> [THE TASK]
The reply to the records below should contain exactly the lines from the line with "Circle(SKETCH_3_R)" through the line with "Hole(M5X0_8_1_D / 2, depth=M5X0_8_1_DEPTH)", and nothing besides.

(Dataset entries)
########################################
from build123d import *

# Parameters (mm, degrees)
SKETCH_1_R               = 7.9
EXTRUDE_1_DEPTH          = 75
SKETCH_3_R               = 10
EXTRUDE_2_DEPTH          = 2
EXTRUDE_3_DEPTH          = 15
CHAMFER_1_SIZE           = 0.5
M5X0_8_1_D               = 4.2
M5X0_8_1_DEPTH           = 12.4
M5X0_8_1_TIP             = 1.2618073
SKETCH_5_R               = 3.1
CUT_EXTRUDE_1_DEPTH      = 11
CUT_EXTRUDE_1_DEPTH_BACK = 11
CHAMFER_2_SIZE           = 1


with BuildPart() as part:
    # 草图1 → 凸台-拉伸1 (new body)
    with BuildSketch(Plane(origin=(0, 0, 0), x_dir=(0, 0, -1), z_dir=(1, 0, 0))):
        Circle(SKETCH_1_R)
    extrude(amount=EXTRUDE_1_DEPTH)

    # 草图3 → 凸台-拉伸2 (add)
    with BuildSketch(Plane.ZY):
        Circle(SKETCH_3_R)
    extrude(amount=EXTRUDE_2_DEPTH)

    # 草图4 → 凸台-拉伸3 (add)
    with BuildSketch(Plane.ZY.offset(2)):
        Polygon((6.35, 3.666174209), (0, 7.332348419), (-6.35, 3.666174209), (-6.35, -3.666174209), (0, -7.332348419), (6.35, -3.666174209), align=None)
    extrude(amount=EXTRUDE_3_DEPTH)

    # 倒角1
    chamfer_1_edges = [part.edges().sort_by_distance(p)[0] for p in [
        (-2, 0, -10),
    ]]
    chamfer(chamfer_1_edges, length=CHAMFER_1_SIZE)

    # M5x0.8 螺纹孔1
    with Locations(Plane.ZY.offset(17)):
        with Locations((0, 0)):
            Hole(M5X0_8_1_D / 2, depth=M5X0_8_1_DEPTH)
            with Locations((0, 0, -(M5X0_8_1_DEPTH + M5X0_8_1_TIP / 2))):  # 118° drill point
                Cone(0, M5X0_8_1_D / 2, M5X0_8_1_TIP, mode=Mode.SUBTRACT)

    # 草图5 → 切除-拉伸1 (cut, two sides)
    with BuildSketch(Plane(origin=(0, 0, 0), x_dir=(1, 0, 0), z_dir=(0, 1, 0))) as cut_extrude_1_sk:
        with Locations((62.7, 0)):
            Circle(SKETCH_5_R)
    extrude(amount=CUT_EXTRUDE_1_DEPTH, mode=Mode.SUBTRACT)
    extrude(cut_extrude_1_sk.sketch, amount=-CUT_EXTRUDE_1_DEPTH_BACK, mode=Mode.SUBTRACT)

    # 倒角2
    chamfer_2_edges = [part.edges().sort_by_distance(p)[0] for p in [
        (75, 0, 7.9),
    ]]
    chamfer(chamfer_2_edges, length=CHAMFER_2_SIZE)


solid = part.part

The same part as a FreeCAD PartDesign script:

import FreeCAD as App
import Part
import Sketcher
from FreeCAD import Vector
Q = App.Units.Quantity


def edges_at(feature, points):
    """Names of the edges that pass closest to the given points."""
    edges = feature.Shape.Edges
    near = lambda p: min(range(len(edges)), key=lambda i: edges[i].distToShape(Part.Vertex(*p))[0])
    return sorted({f"Edge{near(p) + 1}" for p in points})

doc = App.newDocument("Part")
body = doc.addObject("PartDesign::Body", "Body")

sketch1 = body.newObject("Sketcher::SketchObject", "Sketch")
sketch1.AttachmentSupport = (doc.getObject("YZ_Plane"), [""])
sketch1.MapMode = "FlatFace"
sketch1.addGeometry(Part.Circle(Vector(0, 0, 0), Vector(0, 0, 1), 8), False)
sketch1.addConstraint(Sketcher.Constraint("Coincident", 0, 3, -1, 1))
sketch1.addConstraint(Sketcher.Constraint("Diameter", 0, 15.8))
pad1 = body.newObject("PartDesign::Pad", "Pad")
pad1.Profile = sketch1
pad1.Length = 75

sketch2 = body.newObject("Sketcher::SketchObject", "Sketch001")
sketch2.AttachmentSupport = (doc.getObject("YZ_Plane"), [""])
sketch2.MapMode = "FlatFace"
sketch2.addGeometry(Part.Circle(Vector(0, 0, 0), Vector(0, 0, 1), 10), False)
sketch2.addConstraint(Sketcher.Constraint("Coincident", 0, 3, -1, 1))
sketch2.addConstraint(Sketcher.Constraint("Diameter", 0, 20.0))
pad2 = body.newObject("PartDesign::Pad", "Pad001")
pad2.Profile = sketch2
pad2.Length = 2
pad2.Reversed = True

sketch3 = body.newObject("Sketcher::SketchObject", "Sketch002")
sketch3.AttachmentSupport = (doc.getObject("YZ_Plane"), [""])
sketch3.MapMode = "FlatFace"
sketch3.AttachmentOffset = App.Placement(Vector(0, 0, -2), App.Rotation())
sketch3.addGeometry(Part.LineSegment(Vector(4, 6, 0), Vector(7, 0, 0)), False)
sketch3.addGeometry(Part.LineSegment(Vector(7, 0, 0), Vector(4, -6, 0)), False)
sketch3.addGeometry(Part.LineSegment(Vector(4, -6, 0), Vector(-4, -6, 0)), False)
sketch3.addGeometry(Part.LineSegment(Vector(-4, -6, 0), Vector(-7, 0, 0)), False)
sketch3.addGeometry(Part.LineSegment(Vector(-7, 0, 0), Vector(-4, 6, 0)), False)
sketch3.addGeometry(Part.LineSegment(Vector(-4, 6, 0), Vector(4, 6, 0)), False)
sketch3.addConstraint(Sketcher.Constraint("Coincident", 0, 2, 1, 1))
sketch3.addConstraint(Sketcher.Constraint("Coincident", 1, 2, 2, 1))
sketch3.addConstraint(Sketcher.Constraint("Coincident", 2, 2, 3, 1))
sketch3.addConstraint(Sketcher.Constraint("Coincident", 3, 2, 4, 1))
sketch3.addConstraint(Sketcher.Constraint("Coincident", 4, 2, 5, 1))
sketch3.addConstraint(Sketcher.Constraint("Coincident", 5, 2, 0, 1))
sketch3.addConstraint(Sketcher.Constraint("Horizontal", 2))
sketch3.addConstraint(Sketcher.Constraint("Horizontal", 5))
sketch3.addConstraint(Sketcher.Constraint("Symmetric", 0, 2, 3, 2, -1, 1))
sketch3.addConstraint(Sketcher.Constraint("Symmetric", 1, 2, 4, 2, -1, 1))
sketch3.addConstraint(Sketcher.Constraint("PointOnObject", 0, 2, -1))
sketch3.addConstraint(Sketcher.Constraint("Parallel", 0, 3))
sketch3.addConstraint(Sketcher.Constraint("Vertical", 2, 2, 4, 2))
sketch3.addConstraint(Sketcher.Constraint("Angle", 0, Q("-60 deg")))
sketch3.addConstraint(Sketcher.Constraint("DistanceY", 2, 2, 4, 2, 12.7))
sketch3.addConstraint(Sketcher.Constraint("DistanceX", 2, 2, 2, 1, 7.332348))
pad3 = body.newObject("PartDesign::Pad", "Pad002")
pad3.Profile = sketch3
pad3.Length = 15
pad3.Reversed = True
doc.recompute()

chamfer = body.newObject("PartDesign::Chamfer", "Chamfer")
chamfer.Base = (pad3, edges_at(pad3, [(-2, 0, -10)]))
chamfer.Size = 0.5

sketch4 = body.newObject("Sketcher::SketchObject", "Sketch003")
sketch4.AttachmentSupport = (doc.getObject("YZ_Plane"), [""])
sketch4.MapMode = "FlatFace"
sketch4.AttachmentOffset = App.Placement(Vector(0, 0, -17), App.Rotation())
sketch4.addGeometry(Part.Circle(Vector(0, 0, 0), Vector(0, 0, 1), 2.1), False)
sketch4.addConstraint(Sketcher.Constraint("Coincident", 0, 3, -1, 1))
sketch4.addConstraint(Sketcher.Constraint("Diameter", 0, 4.2))
doc.recompute()
hole = body.newObject("PartDesign::Hole", "Hole")
hole.Profile = sketch4
hole.ThreadType = "None"
hole.Diameter = 4.2
hole.DepthType = "Dimension"
hole.Depth = 12.4
hole.DrillPoint = "Angled"
hole.DrillPointAngle = 118
hole.Reversed = True

sketch5 = body.newObject("Sketcher::SketchObject", "Sketch004")
sketch5.AttachmentSupport = (doc.getObject("XZ_Plane"), [""])
sketch5.MapMode = "FlatFace"
sketch5.addGeometry(Part.Circle(Vector(62.7, 0, 0), Vector(0, 0, 1), 3.1), False)
sketch5.addConstraint(Sketcher.Constraint("PointOnObject", 0, 3, -1))
sketch5.addConstraint(Sketcher.Constraint("Diameter", 0, 6.2))
sketch5.addConstraint(Sketcher.Constraint("DistanceX", -1, 1, 0, 3, 62.7))
pocket1 = body.newObject("PartDesign::Pocket", "Pocket")
pocket1.Profile = sketch5
pocket1.Type = "ThroughAll"
pocket1.Midplane = True
doc.recompute()

chamfer2 = body.newObject("PartDesign::Chamfer", "Chamfer001")
chamfer2.Base = (pocket1, edges_at(pocket1, [(75, 0, 7.9)]))
chamfer2.Size = 1

doc.recompute()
########################################
> [RESPONSE]
        Circle(SKETCH_3_R)
    extrude(amount=EXTRUDE_2_DEPTH)

    # 草图4 → 凸台-拉伸3 (add)
    with BuildSketch(Plane.ZY.offset(2)):
        Polygon((6.35, 3.666174209), (0, 7.332348419), (-6.35, 3.666174209), (-6.35, -3.666174209), (0, -7.332348419), (6.35, -3.666174209), align=None)
    extrude(amount=EXTRUDE_3_DEPTH)

    # 倒角1
    chamfer_1_edges = [part.edges().sort_by_distance(p)[0] for p in [
        (-2, 0, -10),
    ]]
    chamfer(chamfer_1_edges, length=CHAMFER_1_SIZE)

    # M5x0.8 螺纹孔1
    with Locations(Plane.ZY.offset(17)):
        with Locations((0, 0)):
            Hole(M5X0_8_1_D / 2, depth=M5X0_8_1_DEPTH)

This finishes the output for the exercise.